I Am Cyborg
Source: Popular Science
By implanting a computer chip into his arm, one man
hopes to establish the most direct link yet between man and machine.
Kevin Warwick is going to have a chip on his shoulder.
Or rather, a chip in his arm. Next year, he'll undergo an operation to
insert a computer-controlled transponder in his body. Warwick, a
professor of cybernetics at the University of Reading in England,
hopes that by becoming part man and part machine he'll usher in the
next information revolution: the era of human-computer communication.
Although today's computers can consume and spit out
megabytes of information in seconds, it takes us hours, days, or even
months to enter data into a PC. With only crude tools like keyboards,
mice, and voice recognition software
available to us, our communication with computers is agonizingly slow
and awkward. Warwick, author of In the Mind of the Machine (1998),
hopes to change all of that. In early 2001, the 45-year-old professor
will have a surgeon insert a computer-controlled transmitter/receiver
into his upper arm. A collar connector will be attached to the device
and surround the nerves in his arm.

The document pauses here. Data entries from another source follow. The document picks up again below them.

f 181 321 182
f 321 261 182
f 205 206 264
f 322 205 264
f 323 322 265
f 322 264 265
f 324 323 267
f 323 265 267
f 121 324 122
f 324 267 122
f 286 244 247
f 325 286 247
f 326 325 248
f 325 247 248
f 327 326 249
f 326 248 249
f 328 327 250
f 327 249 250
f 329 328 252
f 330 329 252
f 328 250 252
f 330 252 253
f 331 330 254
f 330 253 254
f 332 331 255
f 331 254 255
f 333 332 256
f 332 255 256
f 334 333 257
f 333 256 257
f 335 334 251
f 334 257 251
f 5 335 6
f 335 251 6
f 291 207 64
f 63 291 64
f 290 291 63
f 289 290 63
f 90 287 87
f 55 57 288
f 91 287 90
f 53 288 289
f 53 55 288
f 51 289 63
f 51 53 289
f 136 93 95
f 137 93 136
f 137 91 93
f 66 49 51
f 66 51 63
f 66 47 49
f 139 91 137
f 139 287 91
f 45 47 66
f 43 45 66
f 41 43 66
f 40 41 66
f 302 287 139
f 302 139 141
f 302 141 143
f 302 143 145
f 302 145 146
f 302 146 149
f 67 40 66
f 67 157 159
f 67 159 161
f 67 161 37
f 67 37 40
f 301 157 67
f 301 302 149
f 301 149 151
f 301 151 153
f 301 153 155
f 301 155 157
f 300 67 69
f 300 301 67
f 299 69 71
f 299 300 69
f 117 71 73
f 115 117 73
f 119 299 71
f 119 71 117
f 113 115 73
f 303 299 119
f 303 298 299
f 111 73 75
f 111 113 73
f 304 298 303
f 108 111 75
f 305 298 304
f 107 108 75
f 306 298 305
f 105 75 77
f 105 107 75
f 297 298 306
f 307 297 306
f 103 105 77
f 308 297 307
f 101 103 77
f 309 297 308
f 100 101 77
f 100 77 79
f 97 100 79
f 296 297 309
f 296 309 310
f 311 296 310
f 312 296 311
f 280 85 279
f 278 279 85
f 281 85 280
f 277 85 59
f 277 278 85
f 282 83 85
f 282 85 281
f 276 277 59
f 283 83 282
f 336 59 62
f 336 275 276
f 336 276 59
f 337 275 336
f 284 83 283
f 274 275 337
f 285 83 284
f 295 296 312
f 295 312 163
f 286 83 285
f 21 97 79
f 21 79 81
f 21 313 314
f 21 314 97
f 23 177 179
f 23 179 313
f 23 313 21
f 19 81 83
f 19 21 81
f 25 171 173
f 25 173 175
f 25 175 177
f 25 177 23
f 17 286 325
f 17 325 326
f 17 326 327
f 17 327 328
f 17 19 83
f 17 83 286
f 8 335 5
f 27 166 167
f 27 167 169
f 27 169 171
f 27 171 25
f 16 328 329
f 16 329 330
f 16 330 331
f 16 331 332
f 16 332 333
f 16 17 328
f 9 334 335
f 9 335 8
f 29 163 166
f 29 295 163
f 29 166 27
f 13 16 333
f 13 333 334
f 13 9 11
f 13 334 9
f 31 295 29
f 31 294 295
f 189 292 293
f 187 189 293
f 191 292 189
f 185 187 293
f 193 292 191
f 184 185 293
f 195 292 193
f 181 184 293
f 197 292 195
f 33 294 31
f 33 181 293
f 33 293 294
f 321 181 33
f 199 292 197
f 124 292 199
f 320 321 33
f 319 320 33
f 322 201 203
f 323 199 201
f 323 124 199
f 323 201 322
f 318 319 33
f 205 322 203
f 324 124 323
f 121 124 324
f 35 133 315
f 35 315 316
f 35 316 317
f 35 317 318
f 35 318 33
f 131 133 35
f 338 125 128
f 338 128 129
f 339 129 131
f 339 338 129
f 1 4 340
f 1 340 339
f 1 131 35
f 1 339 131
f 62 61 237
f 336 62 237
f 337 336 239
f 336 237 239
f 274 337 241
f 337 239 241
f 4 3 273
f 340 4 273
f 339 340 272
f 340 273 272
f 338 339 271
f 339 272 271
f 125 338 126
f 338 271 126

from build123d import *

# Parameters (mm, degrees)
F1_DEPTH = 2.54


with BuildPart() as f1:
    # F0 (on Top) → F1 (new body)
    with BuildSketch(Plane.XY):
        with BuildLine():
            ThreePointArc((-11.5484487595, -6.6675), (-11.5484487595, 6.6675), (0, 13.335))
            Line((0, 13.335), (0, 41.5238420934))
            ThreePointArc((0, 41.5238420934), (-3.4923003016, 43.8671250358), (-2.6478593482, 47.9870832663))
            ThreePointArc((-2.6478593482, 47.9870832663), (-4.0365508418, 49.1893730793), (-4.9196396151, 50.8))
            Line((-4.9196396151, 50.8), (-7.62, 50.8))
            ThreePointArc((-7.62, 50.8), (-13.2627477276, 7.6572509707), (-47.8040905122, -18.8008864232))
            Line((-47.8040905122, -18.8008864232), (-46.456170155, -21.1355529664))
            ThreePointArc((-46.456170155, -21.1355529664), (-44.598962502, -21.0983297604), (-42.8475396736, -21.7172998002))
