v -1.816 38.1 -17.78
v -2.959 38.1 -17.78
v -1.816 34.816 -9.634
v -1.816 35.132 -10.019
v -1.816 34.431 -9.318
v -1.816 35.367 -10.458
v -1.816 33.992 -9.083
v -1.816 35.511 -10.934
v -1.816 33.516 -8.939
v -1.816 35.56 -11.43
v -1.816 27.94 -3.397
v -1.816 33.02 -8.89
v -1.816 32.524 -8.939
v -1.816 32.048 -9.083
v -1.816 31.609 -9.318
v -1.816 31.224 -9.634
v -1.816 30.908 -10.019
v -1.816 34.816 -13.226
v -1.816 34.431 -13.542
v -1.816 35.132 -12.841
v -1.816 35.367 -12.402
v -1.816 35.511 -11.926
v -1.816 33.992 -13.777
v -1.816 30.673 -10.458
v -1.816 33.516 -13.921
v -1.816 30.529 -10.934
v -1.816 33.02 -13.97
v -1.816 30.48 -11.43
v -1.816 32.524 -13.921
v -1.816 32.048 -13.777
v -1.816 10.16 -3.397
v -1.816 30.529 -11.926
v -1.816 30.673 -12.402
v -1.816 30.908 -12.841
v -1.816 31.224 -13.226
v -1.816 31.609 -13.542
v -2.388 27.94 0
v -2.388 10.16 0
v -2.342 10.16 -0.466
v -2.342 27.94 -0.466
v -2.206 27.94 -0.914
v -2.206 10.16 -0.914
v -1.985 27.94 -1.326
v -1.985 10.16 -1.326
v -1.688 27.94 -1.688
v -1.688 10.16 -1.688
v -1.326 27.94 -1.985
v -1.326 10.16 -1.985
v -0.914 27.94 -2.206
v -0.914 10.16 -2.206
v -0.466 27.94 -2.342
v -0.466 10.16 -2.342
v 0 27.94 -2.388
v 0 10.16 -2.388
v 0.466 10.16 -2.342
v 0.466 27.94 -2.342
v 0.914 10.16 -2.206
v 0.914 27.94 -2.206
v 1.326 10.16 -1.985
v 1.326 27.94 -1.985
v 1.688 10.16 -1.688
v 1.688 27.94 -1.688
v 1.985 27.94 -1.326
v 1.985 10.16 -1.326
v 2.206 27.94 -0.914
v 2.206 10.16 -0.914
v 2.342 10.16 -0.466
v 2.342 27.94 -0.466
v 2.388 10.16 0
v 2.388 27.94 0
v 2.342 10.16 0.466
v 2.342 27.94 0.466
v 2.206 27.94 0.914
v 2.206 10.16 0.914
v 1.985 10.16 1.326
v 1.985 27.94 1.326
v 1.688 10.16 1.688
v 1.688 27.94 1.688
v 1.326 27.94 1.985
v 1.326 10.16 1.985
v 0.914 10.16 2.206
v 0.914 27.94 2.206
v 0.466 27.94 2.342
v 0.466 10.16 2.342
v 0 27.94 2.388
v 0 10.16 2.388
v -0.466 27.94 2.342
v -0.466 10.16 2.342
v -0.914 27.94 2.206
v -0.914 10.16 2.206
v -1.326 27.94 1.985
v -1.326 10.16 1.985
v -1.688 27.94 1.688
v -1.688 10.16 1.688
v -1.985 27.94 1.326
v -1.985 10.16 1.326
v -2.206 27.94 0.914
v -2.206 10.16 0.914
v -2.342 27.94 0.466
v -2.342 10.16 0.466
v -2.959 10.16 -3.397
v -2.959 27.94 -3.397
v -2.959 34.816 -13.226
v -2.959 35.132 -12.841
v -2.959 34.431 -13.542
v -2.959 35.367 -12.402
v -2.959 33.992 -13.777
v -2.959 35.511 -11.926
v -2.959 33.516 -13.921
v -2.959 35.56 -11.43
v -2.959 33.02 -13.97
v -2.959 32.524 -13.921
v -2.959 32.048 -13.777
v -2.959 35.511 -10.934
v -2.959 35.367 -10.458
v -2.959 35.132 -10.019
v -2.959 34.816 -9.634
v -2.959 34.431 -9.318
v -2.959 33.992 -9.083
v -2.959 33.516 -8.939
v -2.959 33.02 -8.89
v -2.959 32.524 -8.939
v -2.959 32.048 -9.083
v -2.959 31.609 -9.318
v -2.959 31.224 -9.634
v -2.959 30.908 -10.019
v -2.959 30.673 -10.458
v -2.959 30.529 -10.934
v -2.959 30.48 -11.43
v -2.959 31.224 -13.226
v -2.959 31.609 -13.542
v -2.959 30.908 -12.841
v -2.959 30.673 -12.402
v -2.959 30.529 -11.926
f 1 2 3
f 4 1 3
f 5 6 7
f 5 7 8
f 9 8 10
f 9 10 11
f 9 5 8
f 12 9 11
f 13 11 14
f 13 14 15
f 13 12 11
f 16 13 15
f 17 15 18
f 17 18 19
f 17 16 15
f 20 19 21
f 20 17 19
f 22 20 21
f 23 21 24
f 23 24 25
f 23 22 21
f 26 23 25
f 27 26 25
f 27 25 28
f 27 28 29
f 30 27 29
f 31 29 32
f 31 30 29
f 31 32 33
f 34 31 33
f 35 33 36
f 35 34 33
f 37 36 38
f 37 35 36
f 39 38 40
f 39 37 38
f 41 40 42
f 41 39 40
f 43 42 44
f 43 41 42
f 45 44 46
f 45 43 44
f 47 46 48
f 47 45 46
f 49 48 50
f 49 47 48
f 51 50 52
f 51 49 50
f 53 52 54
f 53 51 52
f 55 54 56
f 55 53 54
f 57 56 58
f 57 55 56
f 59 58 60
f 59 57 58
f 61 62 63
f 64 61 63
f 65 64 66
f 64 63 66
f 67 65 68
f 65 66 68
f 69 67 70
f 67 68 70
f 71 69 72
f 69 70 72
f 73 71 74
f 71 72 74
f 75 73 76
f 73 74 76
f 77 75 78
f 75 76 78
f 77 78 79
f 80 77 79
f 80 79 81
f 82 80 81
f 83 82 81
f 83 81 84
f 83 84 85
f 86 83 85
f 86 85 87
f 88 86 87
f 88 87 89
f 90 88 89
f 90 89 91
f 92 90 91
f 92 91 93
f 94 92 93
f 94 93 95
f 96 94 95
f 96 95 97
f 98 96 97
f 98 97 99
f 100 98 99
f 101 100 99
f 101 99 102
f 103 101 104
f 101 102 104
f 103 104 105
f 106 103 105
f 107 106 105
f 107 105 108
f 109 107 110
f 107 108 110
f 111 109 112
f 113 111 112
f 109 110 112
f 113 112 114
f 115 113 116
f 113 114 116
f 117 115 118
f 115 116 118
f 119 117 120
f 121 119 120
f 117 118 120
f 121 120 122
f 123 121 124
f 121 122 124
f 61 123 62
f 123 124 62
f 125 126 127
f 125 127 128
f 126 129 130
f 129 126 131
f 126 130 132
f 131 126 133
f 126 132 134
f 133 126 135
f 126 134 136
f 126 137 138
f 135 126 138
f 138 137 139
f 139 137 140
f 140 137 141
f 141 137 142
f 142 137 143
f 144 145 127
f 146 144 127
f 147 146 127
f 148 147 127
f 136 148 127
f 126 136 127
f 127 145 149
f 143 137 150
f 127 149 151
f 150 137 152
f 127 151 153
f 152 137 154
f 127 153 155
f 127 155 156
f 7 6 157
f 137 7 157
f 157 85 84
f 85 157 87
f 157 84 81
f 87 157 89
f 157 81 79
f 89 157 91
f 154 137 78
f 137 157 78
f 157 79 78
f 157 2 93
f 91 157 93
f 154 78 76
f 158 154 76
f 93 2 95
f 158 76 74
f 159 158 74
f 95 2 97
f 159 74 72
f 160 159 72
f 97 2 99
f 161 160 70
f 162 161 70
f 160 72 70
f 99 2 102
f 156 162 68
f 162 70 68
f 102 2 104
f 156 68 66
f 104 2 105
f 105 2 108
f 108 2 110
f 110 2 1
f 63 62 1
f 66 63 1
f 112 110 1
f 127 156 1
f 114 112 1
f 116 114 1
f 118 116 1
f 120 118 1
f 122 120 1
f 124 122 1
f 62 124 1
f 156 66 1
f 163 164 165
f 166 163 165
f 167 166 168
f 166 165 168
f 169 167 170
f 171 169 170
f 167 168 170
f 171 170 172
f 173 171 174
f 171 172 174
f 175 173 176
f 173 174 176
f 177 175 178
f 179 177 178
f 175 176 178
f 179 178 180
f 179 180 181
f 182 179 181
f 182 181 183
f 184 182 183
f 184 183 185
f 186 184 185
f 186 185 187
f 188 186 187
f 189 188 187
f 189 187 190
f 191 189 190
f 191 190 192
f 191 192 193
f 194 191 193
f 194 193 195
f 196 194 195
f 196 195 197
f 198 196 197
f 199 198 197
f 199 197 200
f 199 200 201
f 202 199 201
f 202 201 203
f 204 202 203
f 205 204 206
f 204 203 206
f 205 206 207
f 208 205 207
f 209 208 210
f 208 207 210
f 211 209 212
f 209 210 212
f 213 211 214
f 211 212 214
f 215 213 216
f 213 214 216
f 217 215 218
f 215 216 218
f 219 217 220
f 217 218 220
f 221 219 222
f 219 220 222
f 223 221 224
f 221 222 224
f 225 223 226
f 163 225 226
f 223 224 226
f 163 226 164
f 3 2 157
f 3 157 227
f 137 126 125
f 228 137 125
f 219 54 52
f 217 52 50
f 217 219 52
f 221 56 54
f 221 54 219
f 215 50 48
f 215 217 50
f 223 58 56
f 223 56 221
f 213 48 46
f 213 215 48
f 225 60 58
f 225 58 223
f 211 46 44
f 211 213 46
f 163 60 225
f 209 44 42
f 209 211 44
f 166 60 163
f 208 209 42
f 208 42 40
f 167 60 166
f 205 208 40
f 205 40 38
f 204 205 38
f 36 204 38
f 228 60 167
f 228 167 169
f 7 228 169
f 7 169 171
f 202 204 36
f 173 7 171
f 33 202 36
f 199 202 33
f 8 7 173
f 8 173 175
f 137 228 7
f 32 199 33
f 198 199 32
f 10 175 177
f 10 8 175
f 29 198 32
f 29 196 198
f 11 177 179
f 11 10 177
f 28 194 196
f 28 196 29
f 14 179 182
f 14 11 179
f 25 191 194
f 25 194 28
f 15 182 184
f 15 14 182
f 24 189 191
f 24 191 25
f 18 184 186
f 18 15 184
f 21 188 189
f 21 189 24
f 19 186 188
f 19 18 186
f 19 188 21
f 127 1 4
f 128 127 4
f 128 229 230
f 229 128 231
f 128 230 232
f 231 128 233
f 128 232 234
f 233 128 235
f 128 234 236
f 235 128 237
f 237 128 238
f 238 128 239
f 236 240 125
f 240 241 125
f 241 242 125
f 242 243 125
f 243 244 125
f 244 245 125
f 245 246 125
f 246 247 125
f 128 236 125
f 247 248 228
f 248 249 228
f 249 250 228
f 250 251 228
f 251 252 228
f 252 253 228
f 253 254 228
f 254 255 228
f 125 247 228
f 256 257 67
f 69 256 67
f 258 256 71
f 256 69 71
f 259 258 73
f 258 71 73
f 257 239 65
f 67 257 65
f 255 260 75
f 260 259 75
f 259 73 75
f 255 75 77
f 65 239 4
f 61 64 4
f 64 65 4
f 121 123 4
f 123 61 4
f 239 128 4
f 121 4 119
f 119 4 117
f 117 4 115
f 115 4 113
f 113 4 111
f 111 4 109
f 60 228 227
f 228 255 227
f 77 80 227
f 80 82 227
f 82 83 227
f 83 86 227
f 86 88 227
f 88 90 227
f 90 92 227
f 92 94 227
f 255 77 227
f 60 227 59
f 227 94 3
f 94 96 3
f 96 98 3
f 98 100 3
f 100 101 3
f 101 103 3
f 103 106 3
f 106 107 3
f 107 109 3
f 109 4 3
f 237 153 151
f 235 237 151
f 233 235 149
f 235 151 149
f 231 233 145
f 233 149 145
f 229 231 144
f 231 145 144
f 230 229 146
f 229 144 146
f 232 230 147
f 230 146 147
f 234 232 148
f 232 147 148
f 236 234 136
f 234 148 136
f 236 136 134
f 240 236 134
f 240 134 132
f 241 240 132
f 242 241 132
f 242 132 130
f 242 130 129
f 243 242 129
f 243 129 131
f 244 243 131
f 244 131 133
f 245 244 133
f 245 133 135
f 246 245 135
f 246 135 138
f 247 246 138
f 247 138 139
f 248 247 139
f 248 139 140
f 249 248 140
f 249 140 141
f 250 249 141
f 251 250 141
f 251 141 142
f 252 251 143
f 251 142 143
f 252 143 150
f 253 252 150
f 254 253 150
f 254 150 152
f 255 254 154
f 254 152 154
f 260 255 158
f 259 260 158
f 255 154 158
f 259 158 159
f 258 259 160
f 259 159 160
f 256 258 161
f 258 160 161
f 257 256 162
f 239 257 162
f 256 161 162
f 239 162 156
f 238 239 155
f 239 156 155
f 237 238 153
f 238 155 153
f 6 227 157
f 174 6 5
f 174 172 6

Once the implant operation is
completed, the tiny computing device will start transmitting
information about Warwick's every
bodily movement and impulse.
"It will pick up signals from my nervous system and
transmit them out to the computer," explains Warwick. Such
human-to-computer communications will be a first, and it could have
tremendous potential in medicine. Chip implants could easily monitor a
patient's heart rate, keep tabs on a diabetic's
insulin level, or continually monitor a host of other vital signs. But
Warwick has his eyes focused further into the future.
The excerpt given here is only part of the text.